Below are the records; output them exactly from the first line through the line with "#10=(NAMED_UNIT(*)SI_UNIT($,.STERADIAN.)SOLID_ANGLE_UNIT());", stopping there.

Excerpted data START

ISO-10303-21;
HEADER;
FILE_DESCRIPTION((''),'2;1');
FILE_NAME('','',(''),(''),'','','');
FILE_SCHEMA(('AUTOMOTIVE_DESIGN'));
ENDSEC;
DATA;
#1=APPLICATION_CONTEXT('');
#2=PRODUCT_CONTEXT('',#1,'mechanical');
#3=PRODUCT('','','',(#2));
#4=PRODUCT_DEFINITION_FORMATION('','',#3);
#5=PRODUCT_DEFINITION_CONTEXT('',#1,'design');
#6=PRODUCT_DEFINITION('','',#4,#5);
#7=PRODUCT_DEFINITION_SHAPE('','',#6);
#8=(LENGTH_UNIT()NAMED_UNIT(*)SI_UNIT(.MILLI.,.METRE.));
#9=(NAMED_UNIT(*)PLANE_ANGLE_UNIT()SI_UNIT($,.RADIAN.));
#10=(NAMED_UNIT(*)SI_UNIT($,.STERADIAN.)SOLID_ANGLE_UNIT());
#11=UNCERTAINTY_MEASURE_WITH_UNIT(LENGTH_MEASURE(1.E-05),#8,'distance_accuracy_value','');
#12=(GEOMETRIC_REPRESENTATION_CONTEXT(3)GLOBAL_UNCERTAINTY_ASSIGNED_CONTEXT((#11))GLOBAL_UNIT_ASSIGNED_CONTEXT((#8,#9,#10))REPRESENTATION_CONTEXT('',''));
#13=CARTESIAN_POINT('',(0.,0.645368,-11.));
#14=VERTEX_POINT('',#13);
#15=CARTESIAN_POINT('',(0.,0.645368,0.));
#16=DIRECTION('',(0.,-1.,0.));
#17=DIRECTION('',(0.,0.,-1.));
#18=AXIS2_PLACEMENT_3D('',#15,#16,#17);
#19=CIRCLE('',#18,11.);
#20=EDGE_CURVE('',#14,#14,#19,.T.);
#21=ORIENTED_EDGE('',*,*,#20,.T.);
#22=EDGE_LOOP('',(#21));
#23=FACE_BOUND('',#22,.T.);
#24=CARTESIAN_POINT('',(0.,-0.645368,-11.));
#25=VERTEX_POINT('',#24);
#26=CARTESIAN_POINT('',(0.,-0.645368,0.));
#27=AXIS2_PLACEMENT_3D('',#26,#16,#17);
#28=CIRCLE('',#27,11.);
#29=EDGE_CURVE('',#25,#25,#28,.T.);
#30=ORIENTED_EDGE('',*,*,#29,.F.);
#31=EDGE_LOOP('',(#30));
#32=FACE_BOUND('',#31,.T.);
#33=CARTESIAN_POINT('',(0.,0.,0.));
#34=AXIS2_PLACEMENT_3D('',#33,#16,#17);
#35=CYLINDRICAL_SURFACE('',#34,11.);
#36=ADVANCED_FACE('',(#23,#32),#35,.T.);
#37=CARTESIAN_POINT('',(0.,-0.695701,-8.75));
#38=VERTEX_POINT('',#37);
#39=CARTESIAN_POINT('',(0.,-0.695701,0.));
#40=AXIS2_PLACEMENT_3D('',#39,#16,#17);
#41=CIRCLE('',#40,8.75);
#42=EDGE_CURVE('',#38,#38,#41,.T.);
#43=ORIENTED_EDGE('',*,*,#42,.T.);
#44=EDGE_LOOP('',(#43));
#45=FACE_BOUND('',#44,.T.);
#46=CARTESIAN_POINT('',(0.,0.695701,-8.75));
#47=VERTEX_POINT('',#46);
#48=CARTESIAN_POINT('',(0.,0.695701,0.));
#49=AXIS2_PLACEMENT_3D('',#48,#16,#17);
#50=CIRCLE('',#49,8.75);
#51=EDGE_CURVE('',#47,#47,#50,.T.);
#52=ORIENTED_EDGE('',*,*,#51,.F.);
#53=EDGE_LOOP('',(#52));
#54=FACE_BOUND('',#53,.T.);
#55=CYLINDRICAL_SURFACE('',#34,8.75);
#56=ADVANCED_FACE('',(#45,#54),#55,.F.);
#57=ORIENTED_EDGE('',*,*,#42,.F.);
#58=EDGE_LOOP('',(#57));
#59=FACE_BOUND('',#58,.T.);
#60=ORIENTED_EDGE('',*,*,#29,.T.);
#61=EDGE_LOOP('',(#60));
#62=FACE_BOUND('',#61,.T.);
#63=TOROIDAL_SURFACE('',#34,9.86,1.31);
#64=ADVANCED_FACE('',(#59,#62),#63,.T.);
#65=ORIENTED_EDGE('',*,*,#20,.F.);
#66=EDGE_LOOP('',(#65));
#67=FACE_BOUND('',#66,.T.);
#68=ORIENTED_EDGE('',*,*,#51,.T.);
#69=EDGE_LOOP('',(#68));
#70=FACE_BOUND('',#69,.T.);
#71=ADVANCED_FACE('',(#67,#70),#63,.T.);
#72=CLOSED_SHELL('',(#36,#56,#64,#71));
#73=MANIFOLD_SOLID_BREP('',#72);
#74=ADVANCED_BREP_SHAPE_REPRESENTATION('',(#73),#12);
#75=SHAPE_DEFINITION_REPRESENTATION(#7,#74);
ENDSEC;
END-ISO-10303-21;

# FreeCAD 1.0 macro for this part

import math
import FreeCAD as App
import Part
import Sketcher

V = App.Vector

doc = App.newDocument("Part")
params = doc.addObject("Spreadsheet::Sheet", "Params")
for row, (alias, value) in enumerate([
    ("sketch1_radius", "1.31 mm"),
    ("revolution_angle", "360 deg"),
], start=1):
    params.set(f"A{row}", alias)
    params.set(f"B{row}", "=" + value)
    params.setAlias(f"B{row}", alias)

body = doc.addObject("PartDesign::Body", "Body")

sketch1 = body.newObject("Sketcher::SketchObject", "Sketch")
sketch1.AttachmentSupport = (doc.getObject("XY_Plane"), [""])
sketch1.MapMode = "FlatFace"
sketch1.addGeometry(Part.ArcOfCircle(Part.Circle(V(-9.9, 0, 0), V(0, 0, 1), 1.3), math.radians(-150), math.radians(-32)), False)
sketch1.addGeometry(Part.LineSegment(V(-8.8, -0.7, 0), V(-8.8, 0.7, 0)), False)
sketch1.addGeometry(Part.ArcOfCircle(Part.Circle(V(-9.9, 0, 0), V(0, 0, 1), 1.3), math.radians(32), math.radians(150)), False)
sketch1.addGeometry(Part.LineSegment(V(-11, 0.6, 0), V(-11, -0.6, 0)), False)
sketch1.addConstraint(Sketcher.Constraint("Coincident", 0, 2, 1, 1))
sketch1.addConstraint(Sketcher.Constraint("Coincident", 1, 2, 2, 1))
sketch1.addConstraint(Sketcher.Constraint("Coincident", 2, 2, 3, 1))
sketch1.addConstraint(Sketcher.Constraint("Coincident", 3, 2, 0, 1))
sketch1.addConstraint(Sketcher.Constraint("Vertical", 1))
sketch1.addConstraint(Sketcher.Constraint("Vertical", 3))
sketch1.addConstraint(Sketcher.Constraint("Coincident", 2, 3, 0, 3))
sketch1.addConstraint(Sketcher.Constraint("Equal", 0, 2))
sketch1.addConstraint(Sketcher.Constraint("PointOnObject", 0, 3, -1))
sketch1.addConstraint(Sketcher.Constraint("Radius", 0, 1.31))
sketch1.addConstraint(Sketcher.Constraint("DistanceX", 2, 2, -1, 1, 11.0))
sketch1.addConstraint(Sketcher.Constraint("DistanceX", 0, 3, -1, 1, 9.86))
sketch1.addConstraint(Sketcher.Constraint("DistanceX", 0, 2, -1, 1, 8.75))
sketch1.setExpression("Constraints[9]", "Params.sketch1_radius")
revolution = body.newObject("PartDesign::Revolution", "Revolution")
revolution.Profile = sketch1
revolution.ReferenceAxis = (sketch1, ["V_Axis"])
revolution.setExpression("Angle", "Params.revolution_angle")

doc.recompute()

Excerpted data END

* [Answer space]
ISO-10303-21;
HEADER;
FILE_DESCRIPTION((''),'2;1');
FILE_NAME('','',(''),(''),'','','');
FILE_SCHEMA(('AUTOMOTIVE_DESIGN'));
ENDSEC;
DATA;
#1=APPLICATION_CONTEXT('');
#2=PRODUCT_CONTEXT('',#1,'mechanical');
#3=PRODUCT('','','',(#2));
#4=PRODUCT_DEFINITION_FORMATION('','',#3);
#5=PRODUCT_DEFINITION_CONTEXT('',#1,'design');
#6=PRODUCT_DEFINITION('','',#4,#5);
#7=PRODUCT_DEFINITION_SHAPE('','',#6);
#8=(LENGTH_UNIT()NAMED_UNIT(*)SI_UNIT(.MILLI.,.METRE.));
#9=(NAMED_UNIT(*)PLANE_ANGLE_UNIT()SI_UNIT($,.RADIAN.));
#10=(NAMED_UNIT(*)SI_UNIT($,.STERADIAN.)SOLID_ANGLE_UNIT());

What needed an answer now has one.